Wenn man sich durch die Bildergalerien klickt und zerstörte Bergwerkrahmen sieht tut ja das Auge weh...


MfG


----------



## daif (23. April 2007)

begwerkrahmen brechen nicht mehr (und nicht weniger) als irgendwelche anderen Rahmen. Sowas gibts immer und überall. Sei es Materialfehler oder falscher Gebrauch... Musst nur mal bei anderen Herstellern schauen...

Ich meine auch dass es eine Gewichtsbeschränkung auf den SL Rahmen gibt.
Bin aber nicht sicher. Ein kurzer Anruf bei BW sollte das klären können ;-)

grüße


----------



## blindmarathon (24. April 2007)

War eher darauf bezogen ob die SL Rahmen anfälliger für Brüche wären als die normalen Mercurys.
Seit wann gibts den die SL Version?


Ich spiele ebenfalls mit dem Gedanken ein neues Rad zu besorgen. Bergwerk finde ich interresant - aber welches? Deshalb die Fragen



daif schrieb:


> Für mich ist der Mercury ein Rahmen für die Ewigkeit.

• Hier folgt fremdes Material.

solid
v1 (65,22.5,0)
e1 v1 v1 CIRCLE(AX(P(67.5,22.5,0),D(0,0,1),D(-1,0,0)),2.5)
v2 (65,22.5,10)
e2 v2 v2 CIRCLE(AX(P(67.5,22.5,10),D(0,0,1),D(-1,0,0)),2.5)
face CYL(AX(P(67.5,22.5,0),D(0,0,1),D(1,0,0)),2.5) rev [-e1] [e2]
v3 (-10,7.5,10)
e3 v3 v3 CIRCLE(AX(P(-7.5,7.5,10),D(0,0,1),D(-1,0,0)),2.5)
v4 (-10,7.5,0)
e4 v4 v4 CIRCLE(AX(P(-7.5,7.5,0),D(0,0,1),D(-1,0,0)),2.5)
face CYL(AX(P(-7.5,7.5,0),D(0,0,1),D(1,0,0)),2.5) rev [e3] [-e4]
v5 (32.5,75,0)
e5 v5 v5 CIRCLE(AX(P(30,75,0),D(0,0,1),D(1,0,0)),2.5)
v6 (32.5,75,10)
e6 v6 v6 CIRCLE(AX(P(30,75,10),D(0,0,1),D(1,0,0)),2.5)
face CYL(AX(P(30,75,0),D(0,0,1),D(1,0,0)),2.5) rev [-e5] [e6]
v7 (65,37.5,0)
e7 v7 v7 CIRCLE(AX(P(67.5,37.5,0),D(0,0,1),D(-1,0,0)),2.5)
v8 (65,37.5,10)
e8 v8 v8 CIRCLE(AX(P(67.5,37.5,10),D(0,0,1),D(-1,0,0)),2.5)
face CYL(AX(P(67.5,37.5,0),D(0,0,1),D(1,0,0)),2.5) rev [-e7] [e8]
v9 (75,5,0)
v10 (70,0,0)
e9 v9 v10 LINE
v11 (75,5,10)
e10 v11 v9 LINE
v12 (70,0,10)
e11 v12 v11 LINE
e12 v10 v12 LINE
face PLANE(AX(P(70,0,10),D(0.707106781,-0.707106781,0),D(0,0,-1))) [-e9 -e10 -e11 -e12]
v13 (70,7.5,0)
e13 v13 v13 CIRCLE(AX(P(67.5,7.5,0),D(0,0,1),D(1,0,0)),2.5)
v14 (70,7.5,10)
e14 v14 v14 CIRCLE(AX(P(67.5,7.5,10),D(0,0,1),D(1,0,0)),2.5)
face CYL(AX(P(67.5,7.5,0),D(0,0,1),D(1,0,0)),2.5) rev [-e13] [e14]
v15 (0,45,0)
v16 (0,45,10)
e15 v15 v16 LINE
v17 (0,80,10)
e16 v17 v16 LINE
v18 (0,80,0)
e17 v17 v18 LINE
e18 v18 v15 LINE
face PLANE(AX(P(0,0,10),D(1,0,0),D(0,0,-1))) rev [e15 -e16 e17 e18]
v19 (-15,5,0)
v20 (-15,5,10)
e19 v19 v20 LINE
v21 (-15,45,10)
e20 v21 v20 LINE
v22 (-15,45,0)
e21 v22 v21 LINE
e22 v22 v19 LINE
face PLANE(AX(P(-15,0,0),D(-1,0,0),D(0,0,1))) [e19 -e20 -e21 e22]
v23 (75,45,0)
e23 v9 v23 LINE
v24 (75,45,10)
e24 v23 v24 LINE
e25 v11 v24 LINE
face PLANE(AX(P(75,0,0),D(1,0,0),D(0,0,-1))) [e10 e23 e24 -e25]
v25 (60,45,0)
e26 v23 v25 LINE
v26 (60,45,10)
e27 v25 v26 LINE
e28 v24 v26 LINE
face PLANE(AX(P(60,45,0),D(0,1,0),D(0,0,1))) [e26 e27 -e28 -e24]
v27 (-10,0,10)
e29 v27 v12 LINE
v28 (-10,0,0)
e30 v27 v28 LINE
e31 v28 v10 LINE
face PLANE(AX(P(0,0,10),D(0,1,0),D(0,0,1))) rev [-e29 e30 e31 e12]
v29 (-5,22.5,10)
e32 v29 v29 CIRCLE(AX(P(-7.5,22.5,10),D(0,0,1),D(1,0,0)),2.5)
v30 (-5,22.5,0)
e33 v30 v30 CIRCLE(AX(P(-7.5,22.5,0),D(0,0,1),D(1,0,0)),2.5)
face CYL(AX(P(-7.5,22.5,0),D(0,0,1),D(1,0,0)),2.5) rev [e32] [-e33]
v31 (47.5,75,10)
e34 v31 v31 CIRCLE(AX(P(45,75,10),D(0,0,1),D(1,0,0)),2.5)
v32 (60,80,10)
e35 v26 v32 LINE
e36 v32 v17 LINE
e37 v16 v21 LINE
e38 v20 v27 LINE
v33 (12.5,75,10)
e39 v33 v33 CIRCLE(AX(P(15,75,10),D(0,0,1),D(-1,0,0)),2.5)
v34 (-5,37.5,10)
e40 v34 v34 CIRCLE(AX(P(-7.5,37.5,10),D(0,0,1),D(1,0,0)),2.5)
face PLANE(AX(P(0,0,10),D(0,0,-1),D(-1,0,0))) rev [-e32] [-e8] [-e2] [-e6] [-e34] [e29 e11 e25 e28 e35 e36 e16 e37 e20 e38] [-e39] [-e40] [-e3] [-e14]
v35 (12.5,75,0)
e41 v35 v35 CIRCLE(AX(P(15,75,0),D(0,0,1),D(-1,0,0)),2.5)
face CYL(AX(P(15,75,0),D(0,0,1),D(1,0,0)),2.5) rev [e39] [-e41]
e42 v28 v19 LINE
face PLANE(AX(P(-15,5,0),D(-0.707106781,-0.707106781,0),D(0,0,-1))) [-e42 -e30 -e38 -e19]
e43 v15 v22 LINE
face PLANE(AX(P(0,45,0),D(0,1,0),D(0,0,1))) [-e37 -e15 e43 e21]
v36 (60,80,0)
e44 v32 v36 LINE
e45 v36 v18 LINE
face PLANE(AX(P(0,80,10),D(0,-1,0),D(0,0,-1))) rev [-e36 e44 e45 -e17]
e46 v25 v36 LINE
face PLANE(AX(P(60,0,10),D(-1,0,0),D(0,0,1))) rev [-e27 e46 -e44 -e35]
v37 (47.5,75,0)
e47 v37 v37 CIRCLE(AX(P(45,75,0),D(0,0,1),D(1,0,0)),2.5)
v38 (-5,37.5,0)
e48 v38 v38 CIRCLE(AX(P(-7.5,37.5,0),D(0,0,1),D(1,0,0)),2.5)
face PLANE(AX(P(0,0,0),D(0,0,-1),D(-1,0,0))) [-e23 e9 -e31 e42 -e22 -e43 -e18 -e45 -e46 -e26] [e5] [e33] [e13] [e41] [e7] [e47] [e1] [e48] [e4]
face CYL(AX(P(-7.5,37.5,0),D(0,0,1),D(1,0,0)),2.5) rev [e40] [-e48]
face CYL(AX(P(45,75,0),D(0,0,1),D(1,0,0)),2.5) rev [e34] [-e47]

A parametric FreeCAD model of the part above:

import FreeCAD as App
import Part
import Sketcher
from FreeCAD import Vector


def edges_at(feature, points):
    """Names of the edges that pass closest to the given points."""
    edges = feature.Shape.Edges
    near = lambda p: min(range(len(edges)), key=lambda i: edges[i].distToShape(Part.Vertex(*p))[0])
    return sorted({f"Edge{near(p) + 1}" for p in points})


def add_polygon(sketch, points):
    """Adds a closed chain of lines whose ends are joined by coincident constraints."""
    first, n = sketch.GeometryCount, len(points)
    for a, b in zip(points, points[1:] + points[:1]):
        sketch.addGeometry(Part.LineSegment(App.Vector(*a, 0), App.Vector(*b, 0)), False)
    for i in range(n):
        sketch.addConstraint(Sketcher.Constraint("Coincident", first + i, 2, first + (i + 1) % n, 1))

doc = App.newDocument("Part")
body = doc.addObject("PartDesign::Body", "Body")

# Sketch on XY plane
sketch1 = body.newObject("Sketcher::SketchObject", "Sketch")
sketch1.AttachmentSupport = (doc.getObject("XY_Plane"), [""])
sketch1.MapMode = "FlatFace"
add_polygon(sketch1, [(0, 80), (0, 0), (60, 0), (60, 80)])  # lines 0-3
sketch1.addConstraint([
    Sketcher.Constraint("Vertical", 0),
    Sketcher.Constraint("Horizontal", 1),
    Sketcher.Constraint("Vertical", 2),
    Sketcher.Constraint("Horizontal", 3),
    Sketcher.Constraint("Coincident", 0, 2, -1, 1),
    Sketcher.Constraint("DistanceX", 1, 1, 1, 2, 60.0),
    Sketcher.Constraint("DistanceY", 0, 2, 0, 1, 80.0),
])
pad1 = body.newObject("PartDesign::Pad", "Pad")
pad1.Profile = sketch1
pad1.Length = 10

# Sketch on XY plane
sketch2 = body.newObject("Sketcher::SketchObject", "Sketch001")
sketch2.AttachmentSupport = (doc.getObject("XY_Plane"), [""])
sketch2.MapMode = "FlatFace"
sketch2.AttachmentOffset = App.Placement(Vector(0, 0, 10), App.Rotation())
add_polygon(sketch2, [(-15, 45), (-15, 0), (0, 0), (0, 45)])  # lines 0-3
add_polygon(sketch2, [(60, 45), (60, 0), (75, 0), (75, 45)])  # lines 4-7
sketch2.addConstraint([
    Sketcher.Constraint("Vertical", 0),
    Sketcher.Constraint("Horizontal", 1),
    Sketcher.Constraint("Vertical", 2),
    Sketcher.Constraint("Horizontal", 3),
    Sketcher.Constraint("Vertical", 4),
    Sketcher.Constraint("Horizontal", 5),
    Sketcher.Constraint("Vertical", 6),
    Sketcher.Constraint("Horizontal", 7),
    Sketcher.Constraint("Coincident", 1, 2, -1, 1),
    Sketcher.Constraint("PointOnObject", 4, 2, -1),
    Sketcher.Constraint("Horizontal", 3, 2, 6, 2),
    Sketcher.Constraint("Equal", 3, 5),
    Sketcher.Constraint("DistanceX", 1, 1, 1, 2, 15.0),
    Sketcher.Constraint("DistanceY", 0, 2, 0, 1, 45.0),
    Sketcher.Constraint("DistanceX", -1, 1, 4, 2, 60.0),
])
pad2 = body.newObject("PartDesign::Pad", "Pad001")
pad2.Profile = sketch2
pad2.Length = 10
pad2.Reversed = True

# Sketch on XY plane
sketch3 = body.newObject("Sketcher::SketchObject", "Sketch002")
sketch3.AttachmentSupport = (doc.getObject("XY_Plane"), [""])
sketch3.MapMode = "FlatFace"
sketch3.AttachmentOffset = App.Placement(Vector(0, 0, 10), App.Rotation())
sketch3.addGeometry([
    Part.Circle(Vector(45, 75, 0), Vector(0, 0, 1), 2.5),  # 0
    Part.Circle(Vector(30, 75, 0), Vector(0, 0, 1), 2.5),  # 1
    Part.Circle(Vector(15, 75, 0), Vector(0, 0, 1), 2.5),  # 2
    Part.Circle(Vector(-7.5, 22.5, 0), Vector(0, 0, 1), 2.5),  # 3
    Part.Circle(Vector(-7.5, 37.5, 0), Vector(0, 0, 1), 2.5),  # 4
    Part.Circle(Vector(-7.5, 7.5, 0), Vector(0, 0, 1), 2.5),  # 5
    Part.Circle(Vector(67.5, 7.5, 0), Vector(0, 0, 1), 2.5),  # 6
    Part.Circle(Vector(67.5, 37.5, 0), Vector(0, 0, 1), 2.5),  # 7
    Part.Circle(Vector(67.5, 22.5, 0), Vector(0, 0, 1), 2.5),  # 8
], False)
sketch3.addConstraint([
    Sketcher.Constraint("Equal", 0, 1),
    Sketcher.Constraint("Equal", 1, 2),
    Sketcher.Constraint("Equal", 2, 3),
    Sketcher.Constraint("Equal", 3, 4),
    Sketcher.Constraint("Equal", 4, 5),
    Sketcher.Constraint("Equal", 5, 6),
    Sketcher.Constraint("Equal", 6, 7),
    Sketcher.Constraint("Equal", 7, 8),
    Sketcher.Constraint("Horizontal", 0, 3, 1, 3),
    Sketcher.Constraint("Horizontal", 1, 3, 2, 3),
    Sketcher.Constraint("Horizontal", 5, 3, 6, 3),
    Sketcher.Constraint("Horizontal", 4, 3, 7, 3),
    Sketcher.Constraint("Horizontal", 3, 3, 8, 3),
    Sketcher.Constraint("Vertical", 3, 3, 4, 3),
    Sketcher.Constraint("Vertical", 4, 3, 5, 3),
    Sketcher.Constraint("Vertical", 6, 3, 7, 3),
    Sketcher.Constraint("Vertical", 7, 3, 8, 3),
    Sketcher.Constraint("Diameter", 0, 5.0),
    Sketcher.Constraint("DistanceX", -1, 1, 0, 3, 45.0),
    Sketcher.Constraint("DistanceY", -1, 1, 0, 3, 75.0),
    Sketcher.Constraint("DistanceX", -1, 1, 1, 3, 30.0),
    Sketcher.Constraint("DistanceX", -1, 1, 2, 3, 15.0),
    Sketcher.Constraint("DistanceY", 3, 3, 4, 3, 15.0),
    Sketcher.Constraint("DistanceY", 5, 3, 3, 3, 15.0),
    Sketcher.Constraint("DistanceX", 5, 3, 6, 3, 75.0),
    Sketcher.Constraint("DistanceX", 3, 3, -1, 1, 7.5),
    Sketcher.Constraint("DistanceY", -1, 1, 3, 3, 22.5),
])
pocket1 = body.newObject("PartDesign::Pocket", "Pocket")
pocket1.Profile = sketch3
pocket1.Length = 10
doc.recompute()

chamfer = body.newObject("PartDesign::Chamfer", "Chamfer")
chamfer.Base = (pocket1, edges_at(pocket1, [(-15, 0, 5), (75, 0, 5)]))
chamfer.Size = 5

doc.recompute()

Stabil und schön!



würdest du das auch über den SL sagen?
In dieser Presiregion erwartet man ja auch einen für die Ewigkeit 


Gruß


----------



## 4element (24. April 2007)

hat sich bei mir erledigt - Liteville bringt heuer oder spätestens nächstes Jahr ein Hardtail, grins.


----------



## daif (24. April 2007)

@4element
hmmm, bin ja gespannt! wird allerdings schwer da was "revolutionär neues/funktionierendes" zu bringen ;-). Da kann man ja net mit der Federung spielen 
Die sollen lieber den Federweg etwas erhöhen (Für Endurogabeln bis 150/160mm), dann wär's bei mir definitiv in der Auswahl der potentiellen Fullies. Aber ne Eröhung auf 125mm kommt ja glaub schon mittels anderer Umlenkhebel oder so (hab ich irgendwo gelesen).

@blindmarathon
also kaputt bekommt man alles, wenn man nur richtig versucht, wie oben schon gesagt!
Ich bin bei weitem kein Rahmenspezialist und teile hier nur mein gefährliches Halbwissen mit  Ob der SL so "haltbar" wie der normale ist k.A. Dünnere Wandstärke, andere Ausfallenden....
Seit wanns das SL gibt? Da bin ich mir auch nicht 100% sicher. 2003/2004, eins von beiden. 2004 gabs es auf jeden Fall schon. 2002 gabs das Mercury Race, was sich aber soweit ich weiss nur in der Ausstattung unterscheidet, nicht vom Rahmen her (also wie heute bei den Austattungsvarianten Ecco, Endurance, .....)

Frag mal hier 
http://bergwerk-union.de/BWUForum/phpBB2/index.php
Da gibts n paar SL Fahrer wenn ich mich net irre 

grüße


----------



## blindmarathon (24. April 2007)

hab was herausgefunden:  http://www.bergwerk-union.de/Bike/TechCorner/Mercury/2004/mercury_sl_2004.pdf


für die faulen: SL max 90kg


----------



## UKW (25. April 2007)

Das Mercury SL wurde 2003 eingeführt. Es gab zu dieser Zeit sogar ein Rennteam mit zwei Fahrern (Kathrin Schwing und ich glaube ihr Partner Ralf Ball). Ist aber nach einem Jahr oder so wieder aufgelöst worden.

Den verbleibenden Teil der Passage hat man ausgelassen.